(Stored data)

☆ ☆ ☆ ☆

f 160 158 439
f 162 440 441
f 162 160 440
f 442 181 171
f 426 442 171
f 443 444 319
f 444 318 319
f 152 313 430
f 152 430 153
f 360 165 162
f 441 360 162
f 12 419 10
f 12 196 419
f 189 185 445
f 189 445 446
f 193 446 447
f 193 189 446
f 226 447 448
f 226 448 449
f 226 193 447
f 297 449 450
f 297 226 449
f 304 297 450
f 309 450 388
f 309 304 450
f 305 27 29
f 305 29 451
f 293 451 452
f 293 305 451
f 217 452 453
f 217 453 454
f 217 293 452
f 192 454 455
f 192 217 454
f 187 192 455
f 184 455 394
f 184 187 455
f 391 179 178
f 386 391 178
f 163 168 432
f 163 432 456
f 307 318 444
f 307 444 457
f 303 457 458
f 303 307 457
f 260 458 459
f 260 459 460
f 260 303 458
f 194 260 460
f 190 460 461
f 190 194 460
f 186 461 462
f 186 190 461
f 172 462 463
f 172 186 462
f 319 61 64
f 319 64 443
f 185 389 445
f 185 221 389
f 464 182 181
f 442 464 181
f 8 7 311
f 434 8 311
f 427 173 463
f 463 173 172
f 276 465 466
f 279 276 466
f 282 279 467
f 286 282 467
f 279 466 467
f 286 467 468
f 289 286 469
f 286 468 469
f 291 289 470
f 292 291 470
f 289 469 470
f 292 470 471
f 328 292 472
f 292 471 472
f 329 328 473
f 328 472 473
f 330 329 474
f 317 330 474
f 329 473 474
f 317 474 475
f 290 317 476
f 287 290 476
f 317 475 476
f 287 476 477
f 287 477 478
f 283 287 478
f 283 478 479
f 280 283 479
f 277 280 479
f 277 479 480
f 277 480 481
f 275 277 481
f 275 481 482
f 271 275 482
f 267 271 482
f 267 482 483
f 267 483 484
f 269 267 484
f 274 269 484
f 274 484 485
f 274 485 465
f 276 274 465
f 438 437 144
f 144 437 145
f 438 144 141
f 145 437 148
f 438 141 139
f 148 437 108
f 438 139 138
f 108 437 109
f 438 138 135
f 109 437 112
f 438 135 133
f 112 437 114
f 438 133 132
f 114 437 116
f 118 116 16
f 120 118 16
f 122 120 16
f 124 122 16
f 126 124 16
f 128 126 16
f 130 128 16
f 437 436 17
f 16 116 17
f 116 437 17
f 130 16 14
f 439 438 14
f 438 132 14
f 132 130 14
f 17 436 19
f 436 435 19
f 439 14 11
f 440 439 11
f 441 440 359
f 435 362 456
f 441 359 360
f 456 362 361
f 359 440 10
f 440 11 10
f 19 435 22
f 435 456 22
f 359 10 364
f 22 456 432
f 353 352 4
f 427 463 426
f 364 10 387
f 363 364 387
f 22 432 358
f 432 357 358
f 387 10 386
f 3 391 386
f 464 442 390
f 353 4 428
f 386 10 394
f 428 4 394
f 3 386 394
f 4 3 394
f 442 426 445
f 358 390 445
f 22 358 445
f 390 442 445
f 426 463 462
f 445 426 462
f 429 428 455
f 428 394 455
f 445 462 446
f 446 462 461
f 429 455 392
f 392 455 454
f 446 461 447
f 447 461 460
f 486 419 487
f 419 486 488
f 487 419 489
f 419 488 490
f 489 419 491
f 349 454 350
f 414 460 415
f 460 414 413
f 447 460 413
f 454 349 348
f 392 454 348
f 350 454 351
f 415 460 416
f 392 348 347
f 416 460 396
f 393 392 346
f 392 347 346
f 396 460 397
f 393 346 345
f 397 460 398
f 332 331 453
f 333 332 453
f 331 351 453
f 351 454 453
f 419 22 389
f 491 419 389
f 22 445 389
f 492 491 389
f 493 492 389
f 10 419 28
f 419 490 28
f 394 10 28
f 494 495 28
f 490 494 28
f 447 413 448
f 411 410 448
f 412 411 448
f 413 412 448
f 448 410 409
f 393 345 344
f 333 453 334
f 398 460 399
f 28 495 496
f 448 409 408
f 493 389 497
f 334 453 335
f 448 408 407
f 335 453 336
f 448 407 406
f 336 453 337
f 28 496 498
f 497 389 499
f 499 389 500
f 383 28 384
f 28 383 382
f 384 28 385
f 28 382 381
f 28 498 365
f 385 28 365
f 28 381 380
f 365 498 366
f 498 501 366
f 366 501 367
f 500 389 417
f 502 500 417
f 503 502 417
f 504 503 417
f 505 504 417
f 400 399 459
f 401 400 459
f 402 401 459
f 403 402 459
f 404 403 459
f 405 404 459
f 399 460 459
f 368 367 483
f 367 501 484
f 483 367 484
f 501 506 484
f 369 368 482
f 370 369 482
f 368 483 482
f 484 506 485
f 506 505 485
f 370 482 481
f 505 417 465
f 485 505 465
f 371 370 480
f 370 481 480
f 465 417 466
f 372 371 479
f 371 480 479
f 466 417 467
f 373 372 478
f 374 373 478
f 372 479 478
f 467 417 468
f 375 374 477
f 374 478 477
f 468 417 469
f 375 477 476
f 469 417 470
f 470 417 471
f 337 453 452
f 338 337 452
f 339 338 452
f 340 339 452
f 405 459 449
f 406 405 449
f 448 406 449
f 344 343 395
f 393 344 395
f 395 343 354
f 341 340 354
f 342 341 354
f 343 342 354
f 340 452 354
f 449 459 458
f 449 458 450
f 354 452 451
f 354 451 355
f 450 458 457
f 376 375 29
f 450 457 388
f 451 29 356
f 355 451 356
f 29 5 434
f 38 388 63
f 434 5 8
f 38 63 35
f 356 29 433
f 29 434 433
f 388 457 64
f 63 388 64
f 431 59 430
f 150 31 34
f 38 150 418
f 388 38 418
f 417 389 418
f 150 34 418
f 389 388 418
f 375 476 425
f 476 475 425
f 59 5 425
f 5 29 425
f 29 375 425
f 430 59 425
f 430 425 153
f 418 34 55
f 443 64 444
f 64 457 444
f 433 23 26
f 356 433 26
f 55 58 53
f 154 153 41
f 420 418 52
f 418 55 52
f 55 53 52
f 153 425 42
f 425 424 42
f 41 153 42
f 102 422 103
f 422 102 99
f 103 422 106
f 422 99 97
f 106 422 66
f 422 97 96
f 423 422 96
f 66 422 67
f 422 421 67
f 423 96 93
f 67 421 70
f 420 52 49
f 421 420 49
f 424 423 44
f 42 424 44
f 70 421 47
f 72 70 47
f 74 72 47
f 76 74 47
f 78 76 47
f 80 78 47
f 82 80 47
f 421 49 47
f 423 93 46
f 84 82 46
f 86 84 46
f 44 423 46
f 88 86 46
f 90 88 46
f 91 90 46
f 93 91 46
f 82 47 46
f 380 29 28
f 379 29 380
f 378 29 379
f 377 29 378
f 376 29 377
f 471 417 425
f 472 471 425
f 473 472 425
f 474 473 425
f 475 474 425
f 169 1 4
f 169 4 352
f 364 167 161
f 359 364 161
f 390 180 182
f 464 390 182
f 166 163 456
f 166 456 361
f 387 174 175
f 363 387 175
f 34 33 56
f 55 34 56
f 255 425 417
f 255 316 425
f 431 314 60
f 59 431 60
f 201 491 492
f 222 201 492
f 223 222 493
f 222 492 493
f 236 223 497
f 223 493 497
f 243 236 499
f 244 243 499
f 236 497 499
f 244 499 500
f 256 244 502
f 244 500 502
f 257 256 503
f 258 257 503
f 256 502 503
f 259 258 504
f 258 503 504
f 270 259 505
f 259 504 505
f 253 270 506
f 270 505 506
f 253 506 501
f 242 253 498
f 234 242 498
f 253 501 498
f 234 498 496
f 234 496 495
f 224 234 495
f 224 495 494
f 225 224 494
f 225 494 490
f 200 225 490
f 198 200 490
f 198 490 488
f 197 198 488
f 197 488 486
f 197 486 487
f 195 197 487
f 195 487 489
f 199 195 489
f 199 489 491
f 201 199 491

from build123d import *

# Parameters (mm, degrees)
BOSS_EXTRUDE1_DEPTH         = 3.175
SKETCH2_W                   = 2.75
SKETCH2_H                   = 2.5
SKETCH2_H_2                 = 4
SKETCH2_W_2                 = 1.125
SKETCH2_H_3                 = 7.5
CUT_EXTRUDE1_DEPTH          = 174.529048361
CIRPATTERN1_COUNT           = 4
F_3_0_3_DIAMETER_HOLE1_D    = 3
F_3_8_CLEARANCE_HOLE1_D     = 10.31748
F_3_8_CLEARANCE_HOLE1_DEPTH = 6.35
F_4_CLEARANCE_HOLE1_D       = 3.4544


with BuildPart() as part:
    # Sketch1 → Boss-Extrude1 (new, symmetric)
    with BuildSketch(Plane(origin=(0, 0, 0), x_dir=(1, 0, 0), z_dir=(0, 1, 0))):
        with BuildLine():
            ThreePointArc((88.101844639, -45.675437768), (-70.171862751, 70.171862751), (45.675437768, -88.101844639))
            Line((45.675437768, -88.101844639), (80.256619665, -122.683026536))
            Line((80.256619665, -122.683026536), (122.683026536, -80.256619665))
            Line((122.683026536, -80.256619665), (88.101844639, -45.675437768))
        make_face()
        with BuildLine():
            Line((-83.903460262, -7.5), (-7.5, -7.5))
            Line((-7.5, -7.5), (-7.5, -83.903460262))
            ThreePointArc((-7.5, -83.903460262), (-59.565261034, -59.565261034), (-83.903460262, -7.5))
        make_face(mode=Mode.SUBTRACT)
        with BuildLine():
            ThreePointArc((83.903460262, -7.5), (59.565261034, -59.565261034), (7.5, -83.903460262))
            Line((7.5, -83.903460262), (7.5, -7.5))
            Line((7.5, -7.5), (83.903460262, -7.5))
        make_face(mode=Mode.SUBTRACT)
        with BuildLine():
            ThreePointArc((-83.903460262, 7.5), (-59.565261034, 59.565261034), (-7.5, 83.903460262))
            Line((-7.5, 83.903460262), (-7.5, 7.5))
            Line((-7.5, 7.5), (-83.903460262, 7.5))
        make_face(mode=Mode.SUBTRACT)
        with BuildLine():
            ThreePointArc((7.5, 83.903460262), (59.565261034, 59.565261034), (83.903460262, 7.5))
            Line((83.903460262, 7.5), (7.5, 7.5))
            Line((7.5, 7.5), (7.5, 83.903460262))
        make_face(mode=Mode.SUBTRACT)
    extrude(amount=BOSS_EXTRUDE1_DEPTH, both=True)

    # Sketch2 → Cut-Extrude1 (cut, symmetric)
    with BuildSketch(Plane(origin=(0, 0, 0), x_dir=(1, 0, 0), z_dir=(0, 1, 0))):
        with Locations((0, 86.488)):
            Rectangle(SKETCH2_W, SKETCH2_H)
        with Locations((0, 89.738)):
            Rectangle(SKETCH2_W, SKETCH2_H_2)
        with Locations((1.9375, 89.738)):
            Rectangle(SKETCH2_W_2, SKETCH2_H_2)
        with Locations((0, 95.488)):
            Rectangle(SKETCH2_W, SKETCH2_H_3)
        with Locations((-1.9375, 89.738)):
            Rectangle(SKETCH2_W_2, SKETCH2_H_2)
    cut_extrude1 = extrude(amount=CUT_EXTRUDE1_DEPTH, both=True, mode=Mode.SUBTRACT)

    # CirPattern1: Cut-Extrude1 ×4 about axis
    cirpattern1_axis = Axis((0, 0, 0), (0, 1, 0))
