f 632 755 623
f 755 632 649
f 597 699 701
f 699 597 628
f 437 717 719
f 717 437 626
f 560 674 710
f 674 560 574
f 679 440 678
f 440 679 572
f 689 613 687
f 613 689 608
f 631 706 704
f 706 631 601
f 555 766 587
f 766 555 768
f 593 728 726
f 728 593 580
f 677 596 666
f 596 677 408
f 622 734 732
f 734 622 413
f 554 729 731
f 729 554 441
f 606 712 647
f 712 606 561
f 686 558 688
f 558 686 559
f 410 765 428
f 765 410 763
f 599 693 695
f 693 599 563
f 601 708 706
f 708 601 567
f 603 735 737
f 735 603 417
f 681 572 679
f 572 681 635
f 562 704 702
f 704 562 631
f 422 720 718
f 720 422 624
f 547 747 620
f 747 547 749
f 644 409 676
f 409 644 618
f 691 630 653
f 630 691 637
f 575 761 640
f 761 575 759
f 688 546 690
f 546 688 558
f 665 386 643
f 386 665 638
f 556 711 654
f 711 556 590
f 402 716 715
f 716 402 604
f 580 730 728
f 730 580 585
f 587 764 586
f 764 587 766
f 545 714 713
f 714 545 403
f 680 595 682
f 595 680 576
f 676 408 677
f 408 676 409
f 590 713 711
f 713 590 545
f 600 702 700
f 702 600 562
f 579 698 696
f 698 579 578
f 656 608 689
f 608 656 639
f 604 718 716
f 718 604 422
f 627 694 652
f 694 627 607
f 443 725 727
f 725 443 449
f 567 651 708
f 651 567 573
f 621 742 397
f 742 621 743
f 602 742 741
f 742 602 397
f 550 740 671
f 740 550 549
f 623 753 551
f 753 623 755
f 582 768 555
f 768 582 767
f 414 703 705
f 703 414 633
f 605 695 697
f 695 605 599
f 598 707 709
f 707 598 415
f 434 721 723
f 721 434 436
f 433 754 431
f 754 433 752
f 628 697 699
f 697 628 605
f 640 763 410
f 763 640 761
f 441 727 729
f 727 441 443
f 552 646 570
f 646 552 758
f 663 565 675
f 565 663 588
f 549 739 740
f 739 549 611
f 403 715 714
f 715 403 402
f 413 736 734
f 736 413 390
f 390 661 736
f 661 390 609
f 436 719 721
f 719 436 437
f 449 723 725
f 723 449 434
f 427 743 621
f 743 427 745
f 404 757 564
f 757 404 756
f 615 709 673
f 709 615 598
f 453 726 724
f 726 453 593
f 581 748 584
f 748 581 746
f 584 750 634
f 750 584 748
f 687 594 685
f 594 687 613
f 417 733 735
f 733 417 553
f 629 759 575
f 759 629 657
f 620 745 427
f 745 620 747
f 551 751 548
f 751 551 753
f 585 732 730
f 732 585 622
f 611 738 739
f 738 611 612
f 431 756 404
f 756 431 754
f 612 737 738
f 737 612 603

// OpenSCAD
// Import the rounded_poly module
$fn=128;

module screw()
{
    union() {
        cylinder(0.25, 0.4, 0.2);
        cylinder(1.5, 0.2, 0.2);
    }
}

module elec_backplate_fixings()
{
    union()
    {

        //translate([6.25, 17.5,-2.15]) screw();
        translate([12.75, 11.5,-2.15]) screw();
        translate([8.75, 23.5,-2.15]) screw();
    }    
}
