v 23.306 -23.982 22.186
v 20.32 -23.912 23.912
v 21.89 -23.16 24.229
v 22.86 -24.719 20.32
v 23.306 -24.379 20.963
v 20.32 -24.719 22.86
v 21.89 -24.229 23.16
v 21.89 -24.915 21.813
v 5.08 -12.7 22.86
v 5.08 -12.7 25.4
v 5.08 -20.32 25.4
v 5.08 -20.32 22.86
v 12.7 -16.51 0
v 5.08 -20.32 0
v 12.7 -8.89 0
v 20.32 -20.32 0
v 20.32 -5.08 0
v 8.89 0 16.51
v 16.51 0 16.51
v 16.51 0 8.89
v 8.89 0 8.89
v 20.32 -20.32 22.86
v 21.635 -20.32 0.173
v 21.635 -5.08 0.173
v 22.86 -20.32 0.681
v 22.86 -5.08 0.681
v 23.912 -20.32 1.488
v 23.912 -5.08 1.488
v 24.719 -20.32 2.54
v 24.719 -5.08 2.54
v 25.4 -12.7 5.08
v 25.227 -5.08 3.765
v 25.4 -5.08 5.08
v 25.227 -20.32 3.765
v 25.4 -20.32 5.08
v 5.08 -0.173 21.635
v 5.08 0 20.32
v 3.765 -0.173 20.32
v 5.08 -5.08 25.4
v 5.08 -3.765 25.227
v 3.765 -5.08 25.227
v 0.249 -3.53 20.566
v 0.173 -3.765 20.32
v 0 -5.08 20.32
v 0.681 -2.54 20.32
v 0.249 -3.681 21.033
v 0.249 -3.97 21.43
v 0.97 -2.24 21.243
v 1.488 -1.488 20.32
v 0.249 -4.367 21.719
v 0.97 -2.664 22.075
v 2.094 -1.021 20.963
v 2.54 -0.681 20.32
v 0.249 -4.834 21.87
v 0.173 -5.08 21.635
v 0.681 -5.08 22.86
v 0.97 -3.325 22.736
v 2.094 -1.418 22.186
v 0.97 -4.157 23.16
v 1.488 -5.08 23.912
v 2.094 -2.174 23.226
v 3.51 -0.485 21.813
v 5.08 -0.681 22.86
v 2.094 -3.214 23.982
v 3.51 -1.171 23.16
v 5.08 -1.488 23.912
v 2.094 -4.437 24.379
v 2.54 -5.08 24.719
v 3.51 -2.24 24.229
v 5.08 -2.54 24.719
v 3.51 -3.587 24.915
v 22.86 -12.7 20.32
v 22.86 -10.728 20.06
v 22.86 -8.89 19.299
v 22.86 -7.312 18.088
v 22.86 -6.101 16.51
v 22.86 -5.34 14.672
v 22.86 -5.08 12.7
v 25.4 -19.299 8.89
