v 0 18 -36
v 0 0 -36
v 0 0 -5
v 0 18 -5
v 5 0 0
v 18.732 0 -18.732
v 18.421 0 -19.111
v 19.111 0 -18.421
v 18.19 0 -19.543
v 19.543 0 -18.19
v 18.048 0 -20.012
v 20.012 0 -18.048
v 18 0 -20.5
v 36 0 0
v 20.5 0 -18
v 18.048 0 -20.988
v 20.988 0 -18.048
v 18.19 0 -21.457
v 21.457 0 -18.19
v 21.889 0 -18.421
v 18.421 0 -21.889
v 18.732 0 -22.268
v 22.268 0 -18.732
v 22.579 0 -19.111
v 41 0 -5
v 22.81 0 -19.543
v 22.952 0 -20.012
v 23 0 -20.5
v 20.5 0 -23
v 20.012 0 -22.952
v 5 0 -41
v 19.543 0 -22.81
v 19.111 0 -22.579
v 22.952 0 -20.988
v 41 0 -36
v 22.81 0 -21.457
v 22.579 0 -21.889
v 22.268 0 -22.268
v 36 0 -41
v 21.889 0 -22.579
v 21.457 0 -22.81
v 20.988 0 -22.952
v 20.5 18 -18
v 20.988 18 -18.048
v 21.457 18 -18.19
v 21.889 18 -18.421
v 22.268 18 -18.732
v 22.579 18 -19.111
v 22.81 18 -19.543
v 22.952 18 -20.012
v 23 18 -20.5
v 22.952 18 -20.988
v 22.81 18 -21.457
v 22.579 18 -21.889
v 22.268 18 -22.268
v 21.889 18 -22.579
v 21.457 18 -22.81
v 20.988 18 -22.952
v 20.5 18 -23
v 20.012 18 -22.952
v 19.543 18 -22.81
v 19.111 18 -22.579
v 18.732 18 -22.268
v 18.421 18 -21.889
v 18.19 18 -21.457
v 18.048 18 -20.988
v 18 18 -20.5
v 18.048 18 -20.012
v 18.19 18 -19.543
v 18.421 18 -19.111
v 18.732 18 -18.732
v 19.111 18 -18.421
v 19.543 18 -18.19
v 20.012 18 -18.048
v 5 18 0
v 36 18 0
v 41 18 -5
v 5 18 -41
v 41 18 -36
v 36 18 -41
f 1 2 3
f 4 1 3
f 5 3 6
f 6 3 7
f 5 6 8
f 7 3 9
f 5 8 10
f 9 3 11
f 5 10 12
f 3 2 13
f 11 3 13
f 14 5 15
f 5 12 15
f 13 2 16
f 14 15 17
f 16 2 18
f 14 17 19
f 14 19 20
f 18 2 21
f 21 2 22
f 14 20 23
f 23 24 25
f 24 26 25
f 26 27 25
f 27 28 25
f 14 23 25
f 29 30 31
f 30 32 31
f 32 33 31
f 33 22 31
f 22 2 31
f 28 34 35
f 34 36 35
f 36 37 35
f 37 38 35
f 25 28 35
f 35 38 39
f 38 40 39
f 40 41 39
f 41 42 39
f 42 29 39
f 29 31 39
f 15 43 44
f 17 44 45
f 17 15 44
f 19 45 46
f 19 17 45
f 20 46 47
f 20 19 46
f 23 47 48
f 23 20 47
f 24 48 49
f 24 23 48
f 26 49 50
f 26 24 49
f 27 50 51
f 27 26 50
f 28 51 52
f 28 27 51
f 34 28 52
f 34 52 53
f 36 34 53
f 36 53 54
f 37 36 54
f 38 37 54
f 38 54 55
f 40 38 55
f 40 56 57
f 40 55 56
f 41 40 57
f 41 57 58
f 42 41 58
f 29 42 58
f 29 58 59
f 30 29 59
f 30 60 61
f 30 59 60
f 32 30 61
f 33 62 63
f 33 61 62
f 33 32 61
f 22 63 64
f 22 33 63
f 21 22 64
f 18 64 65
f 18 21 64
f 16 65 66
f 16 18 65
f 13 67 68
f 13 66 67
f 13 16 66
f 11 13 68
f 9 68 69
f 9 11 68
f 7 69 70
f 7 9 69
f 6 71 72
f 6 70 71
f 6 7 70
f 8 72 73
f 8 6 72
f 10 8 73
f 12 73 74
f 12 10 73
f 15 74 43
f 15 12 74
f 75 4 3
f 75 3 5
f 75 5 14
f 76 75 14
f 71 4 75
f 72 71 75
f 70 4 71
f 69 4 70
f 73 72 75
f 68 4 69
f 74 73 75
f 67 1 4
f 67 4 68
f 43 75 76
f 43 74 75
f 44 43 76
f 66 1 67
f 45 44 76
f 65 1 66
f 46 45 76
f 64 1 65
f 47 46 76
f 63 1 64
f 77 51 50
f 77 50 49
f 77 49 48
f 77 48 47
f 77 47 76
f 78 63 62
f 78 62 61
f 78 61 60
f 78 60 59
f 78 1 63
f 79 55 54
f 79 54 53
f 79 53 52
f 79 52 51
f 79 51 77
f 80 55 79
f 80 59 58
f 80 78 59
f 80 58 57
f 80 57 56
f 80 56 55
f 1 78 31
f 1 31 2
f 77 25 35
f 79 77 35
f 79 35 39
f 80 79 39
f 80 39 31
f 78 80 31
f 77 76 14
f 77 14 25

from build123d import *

# Parameters (mm, degrees)
SKETCH1_R           = 2.5
BOSS_EXTRUDE1_DEPTH = 28
SKETCH2_W           = 46.067929507
SKETCH2_H           = 54.310700194
CUT_EXTRUDE1_DEPTH  = 10


with BuildPart() as part:
    # Sketch1 → Boss-Extrude1 (new body)
    with BuildSketch(Plane(origin=(0, 0, 0), x_dir=(1, 0, 0), z_dir=(0, 1, 0))):
        Polygon((5, 0), (36, 0), (41, 5), (41, 36), (36, 41), (5, 41), (0, 36), (0, 5), align=None)
        with Locations(Location((20.5, 20.5, 0), (0, 0, 270))):
            Circle(SKETCH1_R, mode=Mode.SUBTRACT)
    extrude(amount=BOSS_EXTRUDE1_DEPTH)

    # Sketch2 → Cut-Extrude1 (cut)
    with BuildSketch(Plane(origin=(0, 28, 0), x_dir=(1, 0, 0), z_dir=(0, 1, 0))):
        with Locations((20.912138535, 21.370070239)):
            Rectangle(SKETCH2_W, SKETCH2_H)
    extrude(amount=-CUT_EXTRUDE1_DEPTH, mode=Mode.SUBTRACT)


solid = part.part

☆ ☆ ☆ ☆

> [Task directions]
Single out each line of the records above with the string "translate" in it, and copy it.

> [Written answer]
        //translate([6.25, 17.5,-2.15]) screw();
        translate([12.75, 11.5,-2.15]) screw();
        translate([8.75, 23.5,-2.15]) screw();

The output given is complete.